WHAT IS EXPECTED
Below are the entries. Transcribe exactly the lines from the one with "e28 v25 v26 LINE" through the one with "e34 v30 v31", ends included, and leave out all others.

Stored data

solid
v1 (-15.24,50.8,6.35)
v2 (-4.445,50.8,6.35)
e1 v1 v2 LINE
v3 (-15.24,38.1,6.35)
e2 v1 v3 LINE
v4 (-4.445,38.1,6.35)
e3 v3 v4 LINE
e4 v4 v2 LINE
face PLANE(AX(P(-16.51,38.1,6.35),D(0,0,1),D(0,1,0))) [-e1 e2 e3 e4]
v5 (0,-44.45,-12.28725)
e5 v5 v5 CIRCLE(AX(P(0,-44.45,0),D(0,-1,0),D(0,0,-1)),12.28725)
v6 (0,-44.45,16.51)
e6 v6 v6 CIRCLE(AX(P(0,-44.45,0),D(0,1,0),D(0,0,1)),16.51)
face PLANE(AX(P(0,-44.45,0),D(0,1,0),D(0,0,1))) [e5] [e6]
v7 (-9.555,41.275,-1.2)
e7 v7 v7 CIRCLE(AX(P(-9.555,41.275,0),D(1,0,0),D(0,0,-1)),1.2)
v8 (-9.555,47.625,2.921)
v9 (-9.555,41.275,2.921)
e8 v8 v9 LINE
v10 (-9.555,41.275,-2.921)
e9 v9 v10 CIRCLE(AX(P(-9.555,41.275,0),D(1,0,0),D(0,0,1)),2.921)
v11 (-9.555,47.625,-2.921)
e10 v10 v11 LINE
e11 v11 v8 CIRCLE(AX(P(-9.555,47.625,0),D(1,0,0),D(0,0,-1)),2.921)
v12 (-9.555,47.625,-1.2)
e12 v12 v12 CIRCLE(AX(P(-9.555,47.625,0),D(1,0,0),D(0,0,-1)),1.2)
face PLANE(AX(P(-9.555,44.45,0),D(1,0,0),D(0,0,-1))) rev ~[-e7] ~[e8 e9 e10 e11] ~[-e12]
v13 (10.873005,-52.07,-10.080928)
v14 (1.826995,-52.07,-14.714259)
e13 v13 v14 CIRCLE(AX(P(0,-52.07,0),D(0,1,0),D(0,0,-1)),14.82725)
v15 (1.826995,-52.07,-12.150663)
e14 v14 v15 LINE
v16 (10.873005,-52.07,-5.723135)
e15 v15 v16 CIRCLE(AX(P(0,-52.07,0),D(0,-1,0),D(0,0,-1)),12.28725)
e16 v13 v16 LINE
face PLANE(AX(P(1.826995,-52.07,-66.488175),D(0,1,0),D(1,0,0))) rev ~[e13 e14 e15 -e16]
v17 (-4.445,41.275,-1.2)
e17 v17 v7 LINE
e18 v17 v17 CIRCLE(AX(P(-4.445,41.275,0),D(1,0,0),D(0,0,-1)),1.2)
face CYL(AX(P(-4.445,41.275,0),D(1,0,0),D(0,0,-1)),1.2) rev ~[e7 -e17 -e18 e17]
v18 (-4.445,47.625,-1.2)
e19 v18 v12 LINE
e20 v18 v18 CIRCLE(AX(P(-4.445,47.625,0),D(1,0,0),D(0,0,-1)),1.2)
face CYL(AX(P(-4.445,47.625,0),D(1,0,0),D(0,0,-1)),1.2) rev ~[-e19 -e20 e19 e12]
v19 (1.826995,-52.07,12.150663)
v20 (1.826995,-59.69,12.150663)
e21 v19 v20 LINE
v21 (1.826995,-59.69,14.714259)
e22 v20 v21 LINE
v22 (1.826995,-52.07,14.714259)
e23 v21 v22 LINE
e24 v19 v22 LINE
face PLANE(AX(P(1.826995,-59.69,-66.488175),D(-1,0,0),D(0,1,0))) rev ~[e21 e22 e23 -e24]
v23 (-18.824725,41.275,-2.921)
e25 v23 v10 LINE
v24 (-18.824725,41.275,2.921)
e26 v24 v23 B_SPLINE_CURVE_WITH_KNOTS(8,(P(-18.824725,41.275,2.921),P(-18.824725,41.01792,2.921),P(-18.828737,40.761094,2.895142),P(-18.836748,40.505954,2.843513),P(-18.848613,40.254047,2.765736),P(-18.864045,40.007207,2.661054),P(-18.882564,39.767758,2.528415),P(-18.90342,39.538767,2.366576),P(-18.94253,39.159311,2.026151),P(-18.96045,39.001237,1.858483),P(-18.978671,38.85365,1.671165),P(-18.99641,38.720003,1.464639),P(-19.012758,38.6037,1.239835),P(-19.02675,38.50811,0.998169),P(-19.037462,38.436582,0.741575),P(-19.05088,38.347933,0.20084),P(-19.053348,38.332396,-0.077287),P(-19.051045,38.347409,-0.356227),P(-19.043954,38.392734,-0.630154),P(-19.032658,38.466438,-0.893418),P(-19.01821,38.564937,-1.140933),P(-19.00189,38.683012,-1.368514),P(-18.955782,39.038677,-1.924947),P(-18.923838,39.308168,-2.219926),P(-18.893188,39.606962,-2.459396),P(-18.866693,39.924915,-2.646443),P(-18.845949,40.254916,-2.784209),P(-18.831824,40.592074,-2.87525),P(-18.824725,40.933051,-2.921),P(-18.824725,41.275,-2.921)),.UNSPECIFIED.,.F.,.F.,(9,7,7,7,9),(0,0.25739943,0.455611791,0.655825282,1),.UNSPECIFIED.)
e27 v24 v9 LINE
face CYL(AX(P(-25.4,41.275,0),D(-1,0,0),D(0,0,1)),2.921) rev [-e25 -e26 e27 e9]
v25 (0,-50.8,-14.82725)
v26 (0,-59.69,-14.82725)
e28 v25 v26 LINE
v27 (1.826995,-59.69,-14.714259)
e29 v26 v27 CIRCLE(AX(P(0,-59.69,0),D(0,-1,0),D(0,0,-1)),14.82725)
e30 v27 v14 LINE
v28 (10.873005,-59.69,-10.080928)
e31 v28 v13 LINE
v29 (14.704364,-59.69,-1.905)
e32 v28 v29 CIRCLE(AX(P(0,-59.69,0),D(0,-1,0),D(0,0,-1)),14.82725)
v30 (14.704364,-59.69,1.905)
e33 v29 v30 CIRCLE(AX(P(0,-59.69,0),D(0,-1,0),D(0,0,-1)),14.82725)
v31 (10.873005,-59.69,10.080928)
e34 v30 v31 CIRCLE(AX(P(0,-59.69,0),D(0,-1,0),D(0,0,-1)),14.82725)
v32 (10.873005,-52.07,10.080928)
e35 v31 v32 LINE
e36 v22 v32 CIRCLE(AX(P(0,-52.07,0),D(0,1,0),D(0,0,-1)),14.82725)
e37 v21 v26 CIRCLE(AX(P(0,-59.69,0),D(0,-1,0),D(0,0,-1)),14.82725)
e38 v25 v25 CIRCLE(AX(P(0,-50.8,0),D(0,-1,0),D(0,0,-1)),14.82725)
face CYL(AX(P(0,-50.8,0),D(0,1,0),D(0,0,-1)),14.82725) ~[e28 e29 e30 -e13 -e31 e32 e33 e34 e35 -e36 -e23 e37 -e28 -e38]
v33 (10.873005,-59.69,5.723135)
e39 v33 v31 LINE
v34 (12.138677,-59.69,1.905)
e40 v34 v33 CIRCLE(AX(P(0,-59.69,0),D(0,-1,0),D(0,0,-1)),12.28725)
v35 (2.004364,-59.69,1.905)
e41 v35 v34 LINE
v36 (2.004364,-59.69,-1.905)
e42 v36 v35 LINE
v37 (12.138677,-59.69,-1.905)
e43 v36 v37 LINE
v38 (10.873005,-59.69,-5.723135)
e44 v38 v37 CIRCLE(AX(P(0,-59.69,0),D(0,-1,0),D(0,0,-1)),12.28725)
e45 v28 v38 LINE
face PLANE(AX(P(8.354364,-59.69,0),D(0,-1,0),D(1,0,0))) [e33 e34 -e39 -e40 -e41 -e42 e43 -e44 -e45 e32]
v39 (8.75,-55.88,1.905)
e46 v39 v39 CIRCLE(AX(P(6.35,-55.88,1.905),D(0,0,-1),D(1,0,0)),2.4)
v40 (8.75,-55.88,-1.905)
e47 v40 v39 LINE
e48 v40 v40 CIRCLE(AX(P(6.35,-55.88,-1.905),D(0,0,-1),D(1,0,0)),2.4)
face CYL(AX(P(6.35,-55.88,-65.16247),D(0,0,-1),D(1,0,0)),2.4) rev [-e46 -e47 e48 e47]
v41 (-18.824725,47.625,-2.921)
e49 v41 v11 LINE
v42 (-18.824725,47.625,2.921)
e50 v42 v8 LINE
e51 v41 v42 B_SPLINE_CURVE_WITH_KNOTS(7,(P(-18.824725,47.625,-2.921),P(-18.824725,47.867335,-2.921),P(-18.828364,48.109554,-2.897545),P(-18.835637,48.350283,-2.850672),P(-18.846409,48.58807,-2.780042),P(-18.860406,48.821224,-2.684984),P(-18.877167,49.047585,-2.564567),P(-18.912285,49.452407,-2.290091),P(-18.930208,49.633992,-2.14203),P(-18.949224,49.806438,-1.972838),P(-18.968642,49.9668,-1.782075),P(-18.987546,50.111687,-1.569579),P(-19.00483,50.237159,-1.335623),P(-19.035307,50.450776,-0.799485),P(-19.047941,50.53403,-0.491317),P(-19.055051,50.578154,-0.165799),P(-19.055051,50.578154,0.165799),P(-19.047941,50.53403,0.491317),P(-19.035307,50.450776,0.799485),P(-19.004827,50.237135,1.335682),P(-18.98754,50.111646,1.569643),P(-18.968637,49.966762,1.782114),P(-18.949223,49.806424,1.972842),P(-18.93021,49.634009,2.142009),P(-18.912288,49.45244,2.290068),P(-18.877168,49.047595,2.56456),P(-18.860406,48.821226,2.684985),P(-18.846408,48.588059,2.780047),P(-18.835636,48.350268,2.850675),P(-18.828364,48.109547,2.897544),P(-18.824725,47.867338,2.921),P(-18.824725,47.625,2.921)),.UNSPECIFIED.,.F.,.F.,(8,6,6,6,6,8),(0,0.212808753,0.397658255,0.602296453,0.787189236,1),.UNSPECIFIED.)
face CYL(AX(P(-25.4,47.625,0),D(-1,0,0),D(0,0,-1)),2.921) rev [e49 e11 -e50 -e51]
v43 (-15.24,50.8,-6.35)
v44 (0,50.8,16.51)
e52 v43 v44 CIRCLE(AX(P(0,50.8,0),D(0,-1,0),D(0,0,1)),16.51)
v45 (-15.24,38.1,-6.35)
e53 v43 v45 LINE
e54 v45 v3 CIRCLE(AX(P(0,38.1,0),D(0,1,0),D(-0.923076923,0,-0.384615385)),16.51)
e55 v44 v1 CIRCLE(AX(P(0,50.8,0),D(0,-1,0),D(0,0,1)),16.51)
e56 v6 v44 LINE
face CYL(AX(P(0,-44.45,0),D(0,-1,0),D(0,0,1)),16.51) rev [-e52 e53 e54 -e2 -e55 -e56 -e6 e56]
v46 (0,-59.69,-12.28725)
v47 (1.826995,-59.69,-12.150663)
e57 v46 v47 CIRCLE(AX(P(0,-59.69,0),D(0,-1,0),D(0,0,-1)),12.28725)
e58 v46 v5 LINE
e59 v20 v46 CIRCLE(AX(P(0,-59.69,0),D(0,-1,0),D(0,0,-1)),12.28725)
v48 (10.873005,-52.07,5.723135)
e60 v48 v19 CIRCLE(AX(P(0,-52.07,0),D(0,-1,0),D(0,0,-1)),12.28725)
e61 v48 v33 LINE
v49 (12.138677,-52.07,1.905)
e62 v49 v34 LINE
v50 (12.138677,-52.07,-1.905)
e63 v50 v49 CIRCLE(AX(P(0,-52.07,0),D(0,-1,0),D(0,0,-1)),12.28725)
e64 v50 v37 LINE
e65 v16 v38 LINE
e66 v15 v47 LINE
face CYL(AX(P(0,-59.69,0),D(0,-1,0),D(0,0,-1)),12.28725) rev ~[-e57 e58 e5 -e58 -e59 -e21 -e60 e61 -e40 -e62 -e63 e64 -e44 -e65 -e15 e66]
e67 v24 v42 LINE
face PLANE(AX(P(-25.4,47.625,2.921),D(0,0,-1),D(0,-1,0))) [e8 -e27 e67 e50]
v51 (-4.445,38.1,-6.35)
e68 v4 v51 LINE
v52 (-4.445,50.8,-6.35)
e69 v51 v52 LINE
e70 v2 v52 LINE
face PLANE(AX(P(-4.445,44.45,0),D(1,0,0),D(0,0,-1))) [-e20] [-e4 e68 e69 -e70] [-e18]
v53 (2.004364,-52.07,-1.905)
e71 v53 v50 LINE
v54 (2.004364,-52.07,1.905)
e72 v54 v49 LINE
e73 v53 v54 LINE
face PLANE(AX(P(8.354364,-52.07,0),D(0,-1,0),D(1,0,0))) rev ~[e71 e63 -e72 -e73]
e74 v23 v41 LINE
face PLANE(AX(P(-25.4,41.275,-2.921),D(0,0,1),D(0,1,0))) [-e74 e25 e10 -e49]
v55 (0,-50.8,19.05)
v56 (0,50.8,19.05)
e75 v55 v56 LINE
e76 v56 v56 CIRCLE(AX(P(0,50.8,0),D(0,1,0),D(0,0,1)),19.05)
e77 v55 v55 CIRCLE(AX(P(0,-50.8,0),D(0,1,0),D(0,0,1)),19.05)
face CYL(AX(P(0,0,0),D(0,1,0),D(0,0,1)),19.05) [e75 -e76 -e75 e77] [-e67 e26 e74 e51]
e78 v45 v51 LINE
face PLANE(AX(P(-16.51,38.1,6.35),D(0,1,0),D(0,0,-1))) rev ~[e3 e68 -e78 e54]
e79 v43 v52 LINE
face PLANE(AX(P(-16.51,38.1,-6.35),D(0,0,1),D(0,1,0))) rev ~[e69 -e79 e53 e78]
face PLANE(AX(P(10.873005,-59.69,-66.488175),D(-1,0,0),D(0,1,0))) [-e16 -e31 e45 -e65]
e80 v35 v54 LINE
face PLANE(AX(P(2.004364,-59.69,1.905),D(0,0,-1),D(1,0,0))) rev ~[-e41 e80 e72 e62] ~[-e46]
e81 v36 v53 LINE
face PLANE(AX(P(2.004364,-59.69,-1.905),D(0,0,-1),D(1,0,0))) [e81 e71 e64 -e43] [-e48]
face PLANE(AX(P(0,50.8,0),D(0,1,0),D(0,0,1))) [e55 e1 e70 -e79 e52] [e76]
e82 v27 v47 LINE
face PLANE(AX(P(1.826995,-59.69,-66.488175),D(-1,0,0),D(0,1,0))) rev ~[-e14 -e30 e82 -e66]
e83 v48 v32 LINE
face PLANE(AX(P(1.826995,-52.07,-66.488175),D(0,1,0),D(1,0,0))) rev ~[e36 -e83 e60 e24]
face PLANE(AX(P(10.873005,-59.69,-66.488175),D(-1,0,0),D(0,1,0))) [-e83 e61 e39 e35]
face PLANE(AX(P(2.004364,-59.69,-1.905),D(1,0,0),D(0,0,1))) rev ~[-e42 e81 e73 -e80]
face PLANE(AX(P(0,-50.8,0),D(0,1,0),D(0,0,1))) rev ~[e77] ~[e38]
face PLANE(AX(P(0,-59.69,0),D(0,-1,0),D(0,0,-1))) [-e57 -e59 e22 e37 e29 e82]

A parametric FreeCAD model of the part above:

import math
import FreeCAD as App
import Part
import Sketcher
from FreeCAD import Vector
Q = App.Units.Quantity


def add_polygon(sketch, points):
    """Adds a closed chain of lines whose ends are joined by coincident constraints."""
    first, n = sketch.GeometryCount, len(points)
    for a, b in zip(points, points[1:] + points[:1]):
        sketch.addGeometry(Part.LineSegment(App.Vector(*a, 0), App.Vector(*b, 0)), False)
    for i in range(n):
        sketch.addConstraint(Sketcher.Constraint("Coincident", first + i, 2, first + (i + 1) % n, 1))

doc = App.newDocument("Part")
body = doc.addObject("PartDesign::Body", "Body")

sketch1 = doc.addObject("Sketcher::SketchObject", "Sketch")
body.addObject(sketch1)
sketch1.AttachmentSupport = (doc.XZ_Plane, [""])
sketch1.MapMode = "FlatFace"
sketch1.addGeometry(Part.Circle(Vector(0, 0, 0), Vector(0, 0, 1), 19), False)
sketch1.addConstraint([
    Sketcher.Constraint("Coincident", 0, 3, -1, 1),
    Sketcher.Constraint("Diameter", 0, Q("1.5 in")),
])
pad1 = doc.addObject("PartDesign::Pad", "Pad")
body.addObject(pad1)
pad1.Profile = sketch1
pad1.Length = Q("4 in")
pad1.Midplane = True

sketch2 = doc.addObject("Sketcher::SketchObject", "Sketch001")
body.addObject(sketch2)
sketch2.AttachmentSupport = (doc.XZ_Plane, [""])
sketch2.MapMode = "FlatFace"
sketch2.AttachmentOffset = App.Placement(Vector(0, 0, 2 * 25.4), App.Rotation())
sketch2.addGeometry(Part.Circle(Vector(0, 0, 0), Vector(0, 0, 1), 15), False)
sketch2.addConstraint([
    Sketcher.Constraint("Coincident", 0, 3, -1, 1),
    Sketcher.Constraint("Diameter", 0, Q("1.1675 in")),
])
pad2 = doc.addObject("PartDesign::Pad", "Pad001")
body.addObject(pad2)
pad2.Profile = sketch2
pad2.Length = Q("0.35 in")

WRITTEN RESPONSE
e28 v25 v26 LINE
v27 (1.826995,-59.69,-14.714259)
e29 v26 v27 CIRCLE(AX(P(0,-59.69,0),D(0,-1,0),D(0,0,-1)),14.82725)
e30 v27 v14 LINE
v28 (10.873005,-59.69,-10.080928)
e31 v28 v13 LINE
v29 (14.704364,-59.69,-1.905)
e32 v28 v29 CIRCLE(AX(P(0,-59.69,0),D(0,-1,0),D(0,0,-1)),14.82725)
v30 (14.704364,-59.69,1.905)
e33 v29 v30 CIRCLE(AX(P(0,-59.69,0),D(0,-1,0),D(0,0,-1)),14.82725)
v31 (10.873005,-59.69,10.080928)
e34 v30 v31 CIRCLE(AX(P(0,-59.69,0),D(0,-1,0),D(0,0,-1)),14.82725)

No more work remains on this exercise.